:: ACTIVITY ::
With both ends included, repeat exactly the lines of the entries below from the one containing "#37=AXIS2_PLACEMENT_3D('',#28,#36,#17);" down to the one containing "#85=ADVANCED_FACE('',(#82),#84,.F.);", and no others.

----------

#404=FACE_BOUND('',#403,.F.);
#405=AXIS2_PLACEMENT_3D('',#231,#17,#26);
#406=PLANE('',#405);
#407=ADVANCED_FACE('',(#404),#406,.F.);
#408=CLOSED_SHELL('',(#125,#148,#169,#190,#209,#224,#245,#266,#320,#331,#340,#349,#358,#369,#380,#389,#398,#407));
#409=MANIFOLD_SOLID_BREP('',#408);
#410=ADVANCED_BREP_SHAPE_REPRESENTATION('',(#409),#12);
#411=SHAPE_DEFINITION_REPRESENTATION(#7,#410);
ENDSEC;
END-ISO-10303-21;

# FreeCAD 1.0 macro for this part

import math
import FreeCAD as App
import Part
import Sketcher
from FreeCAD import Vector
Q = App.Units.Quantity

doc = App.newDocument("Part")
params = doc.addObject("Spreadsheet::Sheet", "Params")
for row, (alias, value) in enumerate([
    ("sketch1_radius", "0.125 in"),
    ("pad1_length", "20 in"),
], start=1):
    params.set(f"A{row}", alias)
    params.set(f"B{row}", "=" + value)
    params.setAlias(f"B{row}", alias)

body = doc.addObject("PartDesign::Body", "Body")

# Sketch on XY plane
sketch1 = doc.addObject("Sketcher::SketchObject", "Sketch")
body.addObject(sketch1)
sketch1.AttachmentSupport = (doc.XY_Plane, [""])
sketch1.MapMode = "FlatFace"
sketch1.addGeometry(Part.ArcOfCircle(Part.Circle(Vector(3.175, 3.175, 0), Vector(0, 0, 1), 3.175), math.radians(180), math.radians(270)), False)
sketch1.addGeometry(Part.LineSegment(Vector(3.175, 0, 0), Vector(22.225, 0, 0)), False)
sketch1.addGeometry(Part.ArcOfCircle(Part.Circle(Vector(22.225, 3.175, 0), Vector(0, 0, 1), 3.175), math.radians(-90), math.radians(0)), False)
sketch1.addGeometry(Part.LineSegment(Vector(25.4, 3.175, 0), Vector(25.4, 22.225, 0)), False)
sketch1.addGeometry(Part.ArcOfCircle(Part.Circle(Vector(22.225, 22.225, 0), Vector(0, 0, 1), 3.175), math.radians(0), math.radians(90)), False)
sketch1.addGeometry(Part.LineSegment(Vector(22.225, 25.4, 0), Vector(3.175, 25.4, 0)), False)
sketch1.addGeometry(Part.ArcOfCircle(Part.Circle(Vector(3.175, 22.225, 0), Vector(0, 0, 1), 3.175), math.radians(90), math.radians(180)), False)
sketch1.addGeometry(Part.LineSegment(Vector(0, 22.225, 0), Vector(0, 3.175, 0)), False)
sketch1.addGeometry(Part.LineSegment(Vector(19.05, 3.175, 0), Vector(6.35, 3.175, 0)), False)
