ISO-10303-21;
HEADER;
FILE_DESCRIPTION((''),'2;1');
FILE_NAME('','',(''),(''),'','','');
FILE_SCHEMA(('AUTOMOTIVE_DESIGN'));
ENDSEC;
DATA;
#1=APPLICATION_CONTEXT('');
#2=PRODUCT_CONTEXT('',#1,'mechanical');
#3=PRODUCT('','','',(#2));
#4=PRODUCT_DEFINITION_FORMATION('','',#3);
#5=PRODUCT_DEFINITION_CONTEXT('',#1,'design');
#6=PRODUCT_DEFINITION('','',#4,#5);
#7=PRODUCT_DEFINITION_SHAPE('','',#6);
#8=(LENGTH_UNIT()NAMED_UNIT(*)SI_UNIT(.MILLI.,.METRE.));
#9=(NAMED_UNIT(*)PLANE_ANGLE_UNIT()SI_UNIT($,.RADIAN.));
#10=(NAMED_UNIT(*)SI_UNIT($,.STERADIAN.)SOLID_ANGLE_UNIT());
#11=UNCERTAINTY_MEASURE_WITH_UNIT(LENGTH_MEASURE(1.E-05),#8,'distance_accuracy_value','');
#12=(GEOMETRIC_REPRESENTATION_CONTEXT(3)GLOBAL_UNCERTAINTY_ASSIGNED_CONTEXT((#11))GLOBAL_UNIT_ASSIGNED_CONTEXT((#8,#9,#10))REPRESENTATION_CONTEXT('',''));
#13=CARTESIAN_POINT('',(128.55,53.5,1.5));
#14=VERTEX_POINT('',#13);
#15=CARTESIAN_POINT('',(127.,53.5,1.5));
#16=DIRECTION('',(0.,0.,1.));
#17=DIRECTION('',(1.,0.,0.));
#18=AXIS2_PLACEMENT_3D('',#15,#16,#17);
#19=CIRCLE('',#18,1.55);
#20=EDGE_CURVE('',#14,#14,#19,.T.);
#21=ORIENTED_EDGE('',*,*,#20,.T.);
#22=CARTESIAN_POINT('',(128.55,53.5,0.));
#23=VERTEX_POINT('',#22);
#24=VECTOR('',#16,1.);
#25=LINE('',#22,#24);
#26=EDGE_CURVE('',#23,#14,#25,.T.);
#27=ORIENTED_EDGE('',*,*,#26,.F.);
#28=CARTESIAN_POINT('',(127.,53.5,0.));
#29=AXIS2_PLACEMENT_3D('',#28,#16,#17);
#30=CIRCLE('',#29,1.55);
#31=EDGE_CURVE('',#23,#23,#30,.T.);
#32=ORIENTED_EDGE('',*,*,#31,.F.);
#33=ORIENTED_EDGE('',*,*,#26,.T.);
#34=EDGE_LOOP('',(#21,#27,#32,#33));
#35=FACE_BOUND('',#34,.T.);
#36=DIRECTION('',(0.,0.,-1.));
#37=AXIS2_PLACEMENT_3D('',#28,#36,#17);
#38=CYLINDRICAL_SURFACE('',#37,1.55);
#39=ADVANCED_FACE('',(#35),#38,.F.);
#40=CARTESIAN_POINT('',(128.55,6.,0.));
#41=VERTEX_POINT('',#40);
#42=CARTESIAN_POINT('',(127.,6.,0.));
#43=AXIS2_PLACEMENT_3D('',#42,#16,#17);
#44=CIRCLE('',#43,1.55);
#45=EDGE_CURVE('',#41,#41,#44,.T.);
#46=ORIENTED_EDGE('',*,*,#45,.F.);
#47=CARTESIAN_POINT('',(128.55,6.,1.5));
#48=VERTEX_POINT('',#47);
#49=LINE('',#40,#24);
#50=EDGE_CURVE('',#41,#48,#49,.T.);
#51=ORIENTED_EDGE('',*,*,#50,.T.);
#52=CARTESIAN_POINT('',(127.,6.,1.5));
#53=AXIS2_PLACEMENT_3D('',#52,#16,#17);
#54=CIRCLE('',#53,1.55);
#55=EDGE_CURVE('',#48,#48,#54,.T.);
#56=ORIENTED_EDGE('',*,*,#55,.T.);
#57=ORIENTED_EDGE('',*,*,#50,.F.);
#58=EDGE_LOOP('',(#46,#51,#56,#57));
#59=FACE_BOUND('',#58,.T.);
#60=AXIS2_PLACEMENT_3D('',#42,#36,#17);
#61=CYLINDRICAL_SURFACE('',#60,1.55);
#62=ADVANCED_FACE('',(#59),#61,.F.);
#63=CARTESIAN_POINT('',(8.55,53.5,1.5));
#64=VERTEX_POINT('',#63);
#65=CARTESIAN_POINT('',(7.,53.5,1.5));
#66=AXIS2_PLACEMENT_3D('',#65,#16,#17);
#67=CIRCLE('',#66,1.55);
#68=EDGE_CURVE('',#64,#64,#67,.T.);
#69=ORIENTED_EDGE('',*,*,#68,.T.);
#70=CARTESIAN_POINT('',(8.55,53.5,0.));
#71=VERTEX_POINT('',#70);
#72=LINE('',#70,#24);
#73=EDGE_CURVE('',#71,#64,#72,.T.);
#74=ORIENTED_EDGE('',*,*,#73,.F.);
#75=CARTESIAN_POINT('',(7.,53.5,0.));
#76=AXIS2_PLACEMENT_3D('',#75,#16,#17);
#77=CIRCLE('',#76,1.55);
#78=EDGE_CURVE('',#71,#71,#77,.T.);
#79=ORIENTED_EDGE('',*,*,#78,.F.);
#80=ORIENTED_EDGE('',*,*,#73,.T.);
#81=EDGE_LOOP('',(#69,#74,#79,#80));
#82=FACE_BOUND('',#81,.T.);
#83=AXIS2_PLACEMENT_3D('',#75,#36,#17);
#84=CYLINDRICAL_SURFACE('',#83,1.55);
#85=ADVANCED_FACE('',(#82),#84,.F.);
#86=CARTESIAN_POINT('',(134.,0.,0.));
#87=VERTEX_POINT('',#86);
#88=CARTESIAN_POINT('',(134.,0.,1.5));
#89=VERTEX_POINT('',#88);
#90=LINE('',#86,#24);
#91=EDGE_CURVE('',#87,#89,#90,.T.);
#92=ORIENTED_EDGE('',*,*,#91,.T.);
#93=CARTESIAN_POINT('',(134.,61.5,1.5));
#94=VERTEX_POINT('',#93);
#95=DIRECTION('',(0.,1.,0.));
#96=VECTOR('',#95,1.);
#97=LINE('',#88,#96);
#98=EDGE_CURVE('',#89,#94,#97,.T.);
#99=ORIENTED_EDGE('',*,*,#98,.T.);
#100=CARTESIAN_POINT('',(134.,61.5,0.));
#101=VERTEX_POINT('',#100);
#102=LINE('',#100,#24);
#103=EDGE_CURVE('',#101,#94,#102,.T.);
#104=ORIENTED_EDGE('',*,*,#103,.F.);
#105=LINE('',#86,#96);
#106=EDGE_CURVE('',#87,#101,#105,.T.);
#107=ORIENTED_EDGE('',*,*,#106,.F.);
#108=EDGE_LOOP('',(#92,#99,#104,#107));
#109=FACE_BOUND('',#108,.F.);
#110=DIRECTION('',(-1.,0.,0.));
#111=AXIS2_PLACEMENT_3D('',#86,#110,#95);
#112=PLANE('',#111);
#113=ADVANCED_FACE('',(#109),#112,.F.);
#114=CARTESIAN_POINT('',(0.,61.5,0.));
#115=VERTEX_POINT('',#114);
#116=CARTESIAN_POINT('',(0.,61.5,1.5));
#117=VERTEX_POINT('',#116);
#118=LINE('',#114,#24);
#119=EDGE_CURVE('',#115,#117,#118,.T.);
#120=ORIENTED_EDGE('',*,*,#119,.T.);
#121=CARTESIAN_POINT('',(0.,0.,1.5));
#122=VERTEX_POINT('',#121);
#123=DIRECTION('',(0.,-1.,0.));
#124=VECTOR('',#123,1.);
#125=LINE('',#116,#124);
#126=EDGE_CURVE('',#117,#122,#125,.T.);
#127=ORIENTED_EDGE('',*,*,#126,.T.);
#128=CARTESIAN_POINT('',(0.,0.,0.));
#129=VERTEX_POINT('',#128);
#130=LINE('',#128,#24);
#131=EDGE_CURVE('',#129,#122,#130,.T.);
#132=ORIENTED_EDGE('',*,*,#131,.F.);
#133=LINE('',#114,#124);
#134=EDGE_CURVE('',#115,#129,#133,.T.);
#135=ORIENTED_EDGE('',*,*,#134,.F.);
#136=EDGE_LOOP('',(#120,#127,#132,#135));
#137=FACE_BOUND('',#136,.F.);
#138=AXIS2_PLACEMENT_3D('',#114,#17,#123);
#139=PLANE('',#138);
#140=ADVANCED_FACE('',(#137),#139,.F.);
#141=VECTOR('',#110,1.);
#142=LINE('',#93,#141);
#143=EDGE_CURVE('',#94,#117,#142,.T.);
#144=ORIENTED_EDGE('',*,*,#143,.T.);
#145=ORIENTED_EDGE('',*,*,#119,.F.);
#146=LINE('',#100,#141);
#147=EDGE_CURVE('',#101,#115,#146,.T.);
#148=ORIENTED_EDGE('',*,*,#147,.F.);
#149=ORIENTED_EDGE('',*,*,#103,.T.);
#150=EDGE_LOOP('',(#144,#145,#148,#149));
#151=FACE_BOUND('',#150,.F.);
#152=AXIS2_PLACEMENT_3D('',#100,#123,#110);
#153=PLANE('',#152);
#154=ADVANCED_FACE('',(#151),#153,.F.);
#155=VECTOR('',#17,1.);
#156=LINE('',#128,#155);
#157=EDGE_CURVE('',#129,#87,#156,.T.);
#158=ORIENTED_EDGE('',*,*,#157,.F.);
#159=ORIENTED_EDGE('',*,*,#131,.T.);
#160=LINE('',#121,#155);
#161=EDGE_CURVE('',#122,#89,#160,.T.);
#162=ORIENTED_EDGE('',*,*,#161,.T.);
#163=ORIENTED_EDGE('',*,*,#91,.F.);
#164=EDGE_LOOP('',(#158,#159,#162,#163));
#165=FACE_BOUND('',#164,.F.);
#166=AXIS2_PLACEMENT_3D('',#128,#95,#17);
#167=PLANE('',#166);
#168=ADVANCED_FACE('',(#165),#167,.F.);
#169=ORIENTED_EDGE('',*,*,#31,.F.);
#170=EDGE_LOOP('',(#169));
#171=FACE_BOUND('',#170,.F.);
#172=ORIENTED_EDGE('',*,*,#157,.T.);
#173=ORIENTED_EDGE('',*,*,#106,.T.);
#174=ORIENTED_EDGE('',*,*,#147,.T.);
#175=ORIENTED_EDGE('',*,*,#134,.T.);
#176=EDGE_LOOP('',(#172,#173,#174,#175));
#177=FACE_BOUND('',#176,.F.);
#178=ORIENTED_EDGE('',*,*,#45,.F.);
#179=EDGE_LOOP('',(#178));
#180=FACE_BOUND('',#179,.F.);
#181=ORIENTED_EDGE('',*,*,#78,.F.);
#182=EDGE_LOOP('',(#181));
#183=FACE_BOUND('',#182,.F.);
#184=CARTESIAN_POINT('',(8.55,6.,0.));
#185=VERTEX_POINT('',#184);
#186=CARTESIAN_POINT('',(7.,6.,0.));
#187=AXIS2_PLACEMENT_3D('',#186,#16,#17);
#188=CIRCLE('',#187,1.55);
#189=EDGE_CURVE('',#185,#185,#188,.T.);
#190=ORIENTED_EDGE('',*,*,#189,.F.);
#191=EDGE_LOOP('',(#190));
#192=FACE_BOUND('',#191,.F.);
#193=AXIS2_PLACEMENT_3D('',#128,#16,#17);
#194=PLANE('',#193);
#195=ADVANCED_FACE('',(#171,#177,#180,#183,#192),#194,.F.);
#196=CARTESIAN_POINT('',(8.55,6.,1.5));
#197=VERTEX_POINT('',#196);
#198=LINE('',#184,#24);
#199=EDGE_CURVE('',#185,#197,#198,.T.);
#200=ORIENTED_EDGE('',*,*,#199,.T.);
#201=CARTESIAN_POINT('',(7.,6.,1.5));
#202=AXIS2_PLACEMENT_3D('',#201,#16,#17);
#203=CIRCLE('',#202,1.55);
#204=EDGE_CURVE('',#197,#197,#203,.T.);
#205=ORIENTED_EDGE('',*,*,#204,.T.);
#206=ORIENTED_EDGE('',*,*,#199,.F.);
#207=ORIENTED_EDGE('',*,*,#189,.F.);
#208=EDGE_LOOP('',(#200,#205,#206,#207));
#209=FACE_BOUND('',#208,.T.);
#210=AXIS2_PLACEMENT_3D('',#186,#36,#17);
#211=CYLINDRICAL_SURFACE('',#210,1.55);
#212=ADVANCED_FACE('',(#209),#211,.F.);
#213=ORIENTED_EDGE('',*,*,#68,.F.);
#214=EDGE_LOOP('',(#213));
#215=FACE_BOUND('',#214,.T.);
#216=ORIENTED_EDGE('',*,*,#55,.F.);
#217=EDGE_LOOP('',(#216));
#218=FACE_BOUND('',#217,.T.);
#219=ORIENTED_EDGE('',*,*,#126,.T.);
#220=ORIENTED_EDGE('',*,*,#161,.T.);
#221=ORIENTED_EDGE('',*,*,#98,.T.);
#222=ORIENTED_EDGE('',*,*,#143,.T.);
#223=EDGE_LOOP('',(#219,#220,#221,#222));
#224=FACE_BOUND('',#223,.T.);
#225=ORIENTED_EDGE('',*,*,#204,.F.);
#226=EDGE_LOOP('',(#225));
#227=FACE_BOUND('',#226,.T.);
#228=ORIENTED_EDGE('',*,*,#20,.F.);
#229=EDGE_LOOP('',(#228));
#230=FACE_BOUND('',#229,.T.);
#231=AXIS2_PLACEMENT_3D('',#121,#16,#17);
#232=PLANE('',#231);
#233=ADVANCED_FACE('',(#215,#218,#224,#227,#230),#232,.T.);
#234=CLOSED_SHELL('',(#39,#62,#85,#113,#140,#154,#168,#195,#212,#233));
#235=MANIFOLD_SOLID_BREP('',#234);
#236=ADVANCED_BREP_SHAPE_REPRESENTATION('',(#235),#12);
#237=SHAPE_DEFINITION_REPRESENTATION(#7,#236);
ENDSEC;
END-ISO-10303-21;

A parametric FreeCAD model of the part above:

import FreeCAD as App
import Part
import Sketcher

doc = App.newDocument("Part")
body = doc.addObject("PartDesign::Body", "Body")

sketch1 = doc.addObject("Sketcher::SketchObject", "Sketch")
body.addObject(sketch1)
sketch1.AttachmentSupport = (doc.XY_Plane, [""])
sketch1.MapMode = "FlatFace"
sketch1.addGeometry(Part.LineSegment(App.Vector(0, 61.5, 0), App.Vector(0, 0, 0)), False)
sketch1.addGeometry(Part.LineSegment(App.Vector(0, 0, 0), App.Vector(134, 0, 0)), False)
sketch1.addGeometry(Part.LineSegment(App.Vector(134, 0, 0), App.Vector(134, 61.5, 0)), False)
sketch1.addGeometry(Part.LineSegment(App.Vector(134, 61.5, 0), App.Vector(0, 61.5, 0)), False)
sketch1.addGeometry(Part.Circle(App.Vector(7, 6, 0), App.Vector(0, 0, 1), 1.55), False)
sketch1.addGeometry(Part.Circle(App.Vector(127, 6, 0), App.Vector(0, 0, 1), 1.55), False)
sketch1.addGeometry(Part.Circle(App.Vector(7, 53.5, 0), App.Vector(0, 0, 1), 1.55), False)
sketch1.addGeometry(Part.Circle(App.Vector(127, 53.5, 0), App.Vector(0, 0, 1), 1.55), False)
sketch1.addConstraint(Sketcher.Constraint("Coincident", 0, 2, 1, 1))
sketch1.addConstraint(Sketcher.Constraint("Coincident", 1, 2, 2, 1))
sketch1.addConstraint(Sketcher.Constraint("Coincident", 2, 2, 3, 1))
sketch1.addConstraint(Sketcher.Constraint("Coincident", 3, 2, 0, 1))
sketch1.addConstraint(Sketcher.Constraint("Vertical", 0))
sketch1.addConstraint(Sketcher.Constraint("Horizontal", 1))
sketch1.addConstraint(Sketcher.Constraint("Vertical", 2))
sketch1.addConstraint(Sketcher.Constraint("Horizontal", 3))
sketch1.addConstraint(Sketcher.Constraint("Coincident", 0, 2, -1, 1))
sketch1.addConstraint(Sketcher.Constraint("Equal", 4, 5))
sketch1.addConstraint(Sketcher.Constraint("Equal", 5, 6))
sketch1.addConstraint(Sketcher.Constraint("Equal", 6, 7))
sketch1.addConstraint(Sketcher.Constraint("Horizontal", 4, 3, 5, 3))
sketch1.addConstraint(Sketcher.Constraint("Horizontal", 6, 3, 7, 3))
sketch1.addConstraint(Sketcher.Constraint("Vertical", 4, 3, 6, 3))
sketch1.addConstraint(Sketcher.Constraint("Vertical", 5, 3, 7, 3))
sketch1.addConstraint(Sketcher.Constraint("Diameter", 4, 3.1))
sketch1.addConstraint(Sketcher.Constraint("DistanceX", 1, 1, 1, 2, 134.0))
sketch1.addConstraint(Sketcher.Constraint("DistanceY", 0, 2, 0, 1, 61.5))
sketch1.addConstraint(Sketcher.Constraint("DistanceX", -1, 1, 4, 3, 7.0))
sketch1.addConstraint(Sketcher.Constraint("DistanceY", -1, 1, 4, 3, 6.0))
sketch1.addConstraint(Sketcher.Constraint("DistanceX", 5, 3, 1, 2, 7.0))
sketch1.addConstraint(Sketcher.Constraint("DistanceY", 7, 3, 2, 2, 8.0))
pad1 = doc.addObject("PartDesign::Pad", "Pad")
body.addObject(pad1)
pad1.Profile = sketch1
pad1.Length = 1.5

doc.recompute()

----------

:: RESULT ::
#37=AXIS2_PLACEMENT_3D('',#28,#36,#17);
#38=CYLINDRICAL_SURFACE('',#37,1.55);
#39=ADVANCED_FACE('',(#35),#38,.F.);
#40=CARTESIAN_POINT('',(128.55,6.,0.));
#41=VERTEX_POINT('',#40);
#42=CARTESIAN_POINT('',(127.,6.,0.));
#43=AXIS2_PLACEMENT_3D('',#42,#16,#17);
#44=CIRCLE('',#43,1.55);
#45=EDGE_CURVE('',#41,#41,#44,.T.);
#46=ORIENTED_EDGE('',*,*,#45,.F.);
#47=CARTESIAN_POINT('',(128.55,6.,1.5));
#48=VERTEX_POINT('',#47);
#49=LINE('',#40,#24);
#50=EDGE_CURVE('',#41,#48,#49,.T.);
#51=ORIENTED_EDGE('',*,*,#50,.T.);
#52=CARTESIAN_POINT('',(127.,6.,1.5));
#53=AXIS2_PLACEMENT_3D('',#52,#16,#17);
#54=CIRCLE('',#53,1.55);
#55=EDGE_CURVE('',#48,#48,#54,.T.);
#56=ORIENTED_EDGE('',*,*,#55,.T.);
#57=ORIENTED_EDGE('',*,*,#50,.F.);
#58=EDGE_LOOP('',(#46,#51,#56,#57));
#59=FACE_BOUND('',#58,.T.);
#60=AXIS2_PLACEMENT_3D('',#42,#36,#17);
#61=CYLINDRICAL_SURFACE('',#60,1.55);
#62=ADVANCED_FACE('',(#59),#61,.F.);
#63=CARTESIAN_POINT('',(8.55,53.5,1.5));
#64=VERTEX_POINT('',#63);
#65=CARTESIAN_POINT('',(7.,53.5,1.5));
#66=AXIS2_PLACEMENT_3D('',#65,#16,#17);
#67=CIRCLE('',#66,1.55);
#68=EDGE_CURVE('',#64,#64,#67,.T.);
#69=ORIENTED_EDGE('',*,*,#68,.T.);
#70=CARTESIAN_POINT('',(8.55,53.5,0.));
#71=VERTEX_POINT('',#70);
#72=LINE('',#70,#24);
#73=EDGE_CURVE('',#71,#64,#72,.T.);
#74=ORIENTED_EDGE('',*,*,#73,.F.);
#75=CARTESIAN_POINT('',(7.,53.5,0.));
#76=AXIS2_PLACEMENT_3D('',#75,#16,#17);
#77=CIRCLE('',#76,1.55);
#78=EDGE_CURVE('',#71,#71,#77,.T.);
#79=ORIENTED_EDGE('',*,*,#78,.F.);
#80=ORIENTED_EDGE('',*,*,#73,.T.);
#81=EDGE_LOOP('',(#69,#74,#79,#80));
#82=FACE_BOUND('',#81,.T.);
#83=AXIS2_PLACEMENT_3D('',#75,#36,#17);
#84=CYLINDRICAL_SURFACE('',#83,1.55);
#85=ADVANCED_FACE('',(#82),#84,.F.);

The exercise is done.